I got as far as taking the square root of both sides, and I'm ashamed to say that I'm already stuck. Any pointers?
In regards to the comment, I got as far as $q^4+3q^2-4=0$ by equating the parts that had $i$ and the parts that didn't, aka $p^2-q^2=3$ and $2pqi=-4i.$
If you know about De Moivre's theorem then the easiest solution would be to put the right-hand side into polar coordinates, take the square root using the theorem and then put it back into the form $a + bi$.
A link to the Wikipedia page that describes it, look under "roots of complex numbers"
Post-expansion of the left hand side, you have a system of two nonlinear equations with two unknowns $$\begin{cases} p^2-q^2=3\\[1ex] 2pq=-4 \end{cases}$$ which can be solved via substitution of variables. Rewrite the first second equation as, say, $p=-\frac{2}{q}$ (with $q\neq0$). Then in the first equation, you have $$\left(-\frac{2}{q}\right)^2-q^2=\frac{4}{q^2}-q^2=3\implies q^4+3q^2-4=0$$ which is quadratic in $q^2$. That is, you can set $r=q^2$ and rewrite your equation as $$r^2+3r-4=0,$$ find the solution for $r$, undo the substitution, solve for $q$, back-substitute into the first equation of the system, and finally find $p$.
We can take these equations you have derived and solve them for $p$ and $q$. Starting from scratch,
$(p+qi)^2 = p^2 + 2pqi + (qi)^2 = p^2 - q^2 + 2pqi$
Hence we have $p^2 - q^2 = 3$ and $2pq = -4$. Setting $q = \frac{-2}{p}$ and plugging this into the first equation, $p^2 - \left( \frac{-2}{p} \right)^2 = 3$, or $p^4 - 3p^2 - 4 = 0$.
This can be factored to give $(p^2 - 4)(p^2 + 1) = 0$. There are no real solutions to $p^2 = -1$, so we must have $p^2 = 4$, or $p = \pm 2$. Then $q = -2/p = \mp 1$.

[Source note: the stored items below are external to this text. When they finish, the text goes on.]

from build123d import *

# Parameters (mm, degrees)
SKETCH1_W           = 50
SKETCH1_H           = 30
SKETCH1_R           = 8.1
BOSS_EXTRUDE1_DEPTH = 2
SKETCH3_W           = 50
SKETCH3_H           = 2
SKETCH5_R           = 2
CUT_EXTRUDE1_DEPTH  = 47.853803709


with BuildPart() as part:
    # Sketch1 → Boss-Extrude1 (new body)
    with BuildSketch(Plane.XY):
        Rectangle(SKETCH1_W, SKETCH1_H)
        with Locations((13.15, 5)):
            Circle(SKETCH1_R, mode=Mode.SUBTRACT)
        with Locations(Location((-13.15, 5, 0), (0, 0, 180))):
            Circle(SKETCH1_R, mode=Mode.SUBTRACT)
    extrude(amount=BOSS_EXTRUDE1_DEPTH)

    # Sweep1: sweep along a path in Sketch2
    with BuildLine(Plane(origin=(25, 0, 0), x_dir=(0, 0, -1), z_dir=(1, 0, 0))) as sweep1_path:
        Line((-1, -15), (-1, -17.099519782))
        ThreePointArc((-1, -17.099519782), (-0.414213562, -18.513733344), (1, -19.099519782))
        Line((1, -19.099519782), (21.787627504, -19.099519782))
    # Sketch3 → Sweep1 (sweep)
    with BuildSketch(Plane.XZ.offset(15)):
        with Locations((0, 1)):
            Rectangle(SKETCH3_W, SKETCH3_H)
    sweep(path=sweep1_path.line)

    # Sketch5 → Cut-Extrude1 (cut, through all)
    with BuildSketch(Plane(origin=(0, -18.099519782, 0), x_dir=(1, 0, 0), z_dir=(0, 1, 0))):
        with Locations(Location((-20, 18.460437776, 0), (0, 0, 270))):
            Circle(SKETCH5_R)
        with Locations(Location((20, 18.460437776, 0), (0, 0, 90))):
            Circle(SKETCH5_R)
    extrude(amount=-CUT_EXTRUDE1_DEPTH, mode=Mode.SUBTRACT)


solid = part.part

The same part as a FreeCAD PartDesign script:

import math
import FreeCAD as App
import Part
import Sketcher
from FreeCAD import Vector


def add_polygon(sketch, points):
    """Adds a closed chain of lines whose ends are joined by coincident constraints."""
    first, n = sketch.GeometryCount, len(points)
    for a, b in zip(points, points[1:] + points[:1]):
        sketch.addGeometry(Part.LineSegment(App.Vector(*a, 0), App.Vector(*b, 0)), False)
    for i in range(n):
        sketch.addConstraint(Sketcher.Constraint("Coincident", first + i, 2, first + (i + 1) % n, 1))

doc = App.newDocument("Part")
body = doc.addObject("PartDesign::Body", "Body")

sketch1 = body.newObject("Sketcher::SketchObject", "Sketch")
sketch1.AttachmentSupport = (doc.getObject("XY_Plane"), [""])
sketch1.MapMode = "FlatFace"
add_polygon(sketch1, [(-25, 15), (-25, -15), (25, -15), (25, 15)])
sketch1.addGeometry(Part.Circle(Vector(-13, 5, 0), Vector(0, 0, 1), 8), False)
sketch1.addGeometry(Part.Circle(Vector(13, 5, 0), Vector(0, 0, 1), 8), False)
sketch1.addConstraint([
    Sketcher.Constraint("Vertical", 0),
    Sketcher.Constraint("Horizontal", 1),
    Sketcher.Constraint("Vertical", 2),
    Sketcher.Constraint("Horizontal", 3),
    Sketcher.Constraint("Equal", 4, 5),
    Sketcher.Constraint("Symmetric", 0, 2, 2, 2, -1, 1),
    Sketcher.Constraint("Symmetric", 4, 3, 5, 3, -2),
    Sketcher.Constraint("Diameter", 4, 16.2),
    Sketcher.Constraint("DistanceX", 1, 1, 1, 2, 50.0),
    Sketcher.Constraint("DistanceY", 0, 2, 0, 1, 30.0),
    Sketcher.Constraint("DistanceY", -1, 1, 4, 3, 5.0),
    Sketcher.Constraint("DistanceX", 4, 3, 5, 3, 26.3),
])
pad1 = body.newObject("PartDesign::Pad", "Pad")
pad1.Profile = sketch1
pad1.Length = 2

sketch2 = body.newObject("Sketcher::SketchObject", "Sketch001")
sketch2.AttachmentSupport = (doc.getObject("XZ_Plane"), [""])
sketch2.MapMode = "FlatFace"
sketch2.AttachmentOffset = App.Placement(Vector(0, 0, 15), App.Rotation())
add_polygon(sketch2, [(-25, 2), (-25, 0), (25, 0), (25, 2)])
sketch2.addConstraint([
    Sketcher.Constraint("Vertical", 0),
    Sketcher.Constraint("Horizontal", 1),
    Sketcher.Constraint("Vertical", 2),
    Sketcher.Constraint("Horizontal", 3),
    Sketcher.Constraint("Symmetric", 0, 2, 1, 2, -1, 1),
    Sketcher.Constraint("DistanceX", 1, 1, 1, 2, 50.0),
    Sketcher.Constraint("DistanceY", 0, 2, 0, 1, 2.0),
])

sketch3 = body.newObject("Sketcher::SketchObject", "Sketch002")
sketch3.AttachmentSupport = (doc.getObject("YZ_Plane"), [""])
sketch3.MapMode = "FlatFace"
sketch3.AttachmentOffset = App.Placement(Vector(0, 0, 25), App.Rotation())
sketch3.addGeometry([
    Part.LineSegment(Vector(-15, 1, 0), Vector(-17.1, 1, 0)),
    Part.ArcOfCircle(Part.Circle(Vector(-17.1, -1, 0), Vector(0, 0, 1), 2), math.radians(90), math.radians(180)),
    Part.LineSegment(Vector(-19.1, -1, 0), Vector(-19.1, -21.8, 0)),
], False)
sketch3.addConstraint([
    Sketcher.Constraint("Tangent", 0, 2, 1, 1),
    Sketcher.Constraint("Tangent", 1, 2, 2, 1),
    Sketcher.Constraint("Horizontal", 0),
    Sketcher.Constraint("Vertical", 2),
    Sketcher.Constraint("Radius", 1, 2.0),
    Sketcher.Constraint("DistanceY", 1, 3, -1, 1, 1.0),
    Sketcher.Constraint("DistanceX", 0, 1, -1, 1, 15.0),
    Sketcher.Constraint("DistanceX", 0, 2, 0, 1, 2.09952),
    Sketcher.Constraint("DistanceY", 2, 2, 2, 1, 20.787628),
])
doc.recompute()

additivepipe = body.newObject("PartDesign::AdditivePipe", "AdditivePipe")
additivepipe.Profile = sketch2
additivepipe.Spine = (sketch3, ["Edge1", "Edge2", "Edge3"])

sketch4 = body.newObject("Sketcher::SketchObject", "Sketch003")
sketch4.AttachmentSupport = (doc.getObject("XZ_Plane"), [""])
sketch4.MapMode = "FlatFace"
sketch4.AttachmentOffset = App.Placement(Vector(0, 0, 18.09952), App.Rotation())
sketch4.addGeometry([
    Part.Circle(Vector(-20, -18.5, 0), Vector(0, 0, 1), 2),
    Part.Circle(Vector(20, -18.5, 0), Vector(0, 0, 1), 2),
], False)
sketch4.addConstraint([
    Sketcher.Constraint("Equal", 0, 1),
    Sketcher.Constraint("Symmetric", 0, 3, 1, 3, -2),
    Sketcher.Constraint("Diameter", 0, 4.0),
    Sketcher.Constraint("DistanceX", 0, 3, -1, 1, 20.0),
    Sketcher.Constraint("DistanceY", 0, 3, -1, 1, 18.460438),
])
pocket1 = body.newObject("PartDesign::Pocket", "Pocket")
pocket1.Profile = sketch4
pocket1.Type = "ThroughAll"
pocket1.Reversed = True

doc.recompute()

Hence $p + qi \in \{ 2 - i, -2 + i \}$.
This can be computed by a very simple $ $ Square Root Denesting Rule:
Simple Denesting Rule $\rm\ \ \ \ \color{blue}{subtract\ out}\ \sqrt{norm}\:,\ \ then\ \ \color{brown}{divide\ out}\ \sqrt{trace} $
$\ 3-4 i\ $ has norm $= 25.\:$ $\rm\ \color{blue}{subtracting\ out}\,\ \sqrt{norm}\ = -5\,\ $ yields $\,\ 8-4i\:$
with $\, {\rm\ \sqrt{trace}}\, =\, \sqrt{16}\, =\, 4.\ \ \ \rm \color{brown}{Dividing\ it\ out}\ $ of the above yields $\,\ 2- i$
Remark $\ $ Many more worked examples are in prior posts on this denesting rule.
Taking squared absolute values on both sides of $(p+qi)^2=3-4i$, we get $p^2+q^2=|p+qi|^2 = |(p+qi)^2| = 5$. So $p=\pm 1$ and $q=\pm 2$ may yield a solution. By inspection, $1-2i$ is a solution.
An interesting way to think about this problem:
If you square the imaginary number $re^{i\theta}$, you get the imaginary number $r^2e^{i2\theta}$. Using the tangent half-angle formula, we see that $\tan\left(\frac{\tan^{-1}\left(-\frac{4}{3}\right)}{2}\right)=-\frac{1}{2}$. So, $p=-2q$. Since $|3-4i|=5$, $|p+qi|=\sqrt{5}$. We conclude that the only two possible solutions are $2-i$ and $-2+i$.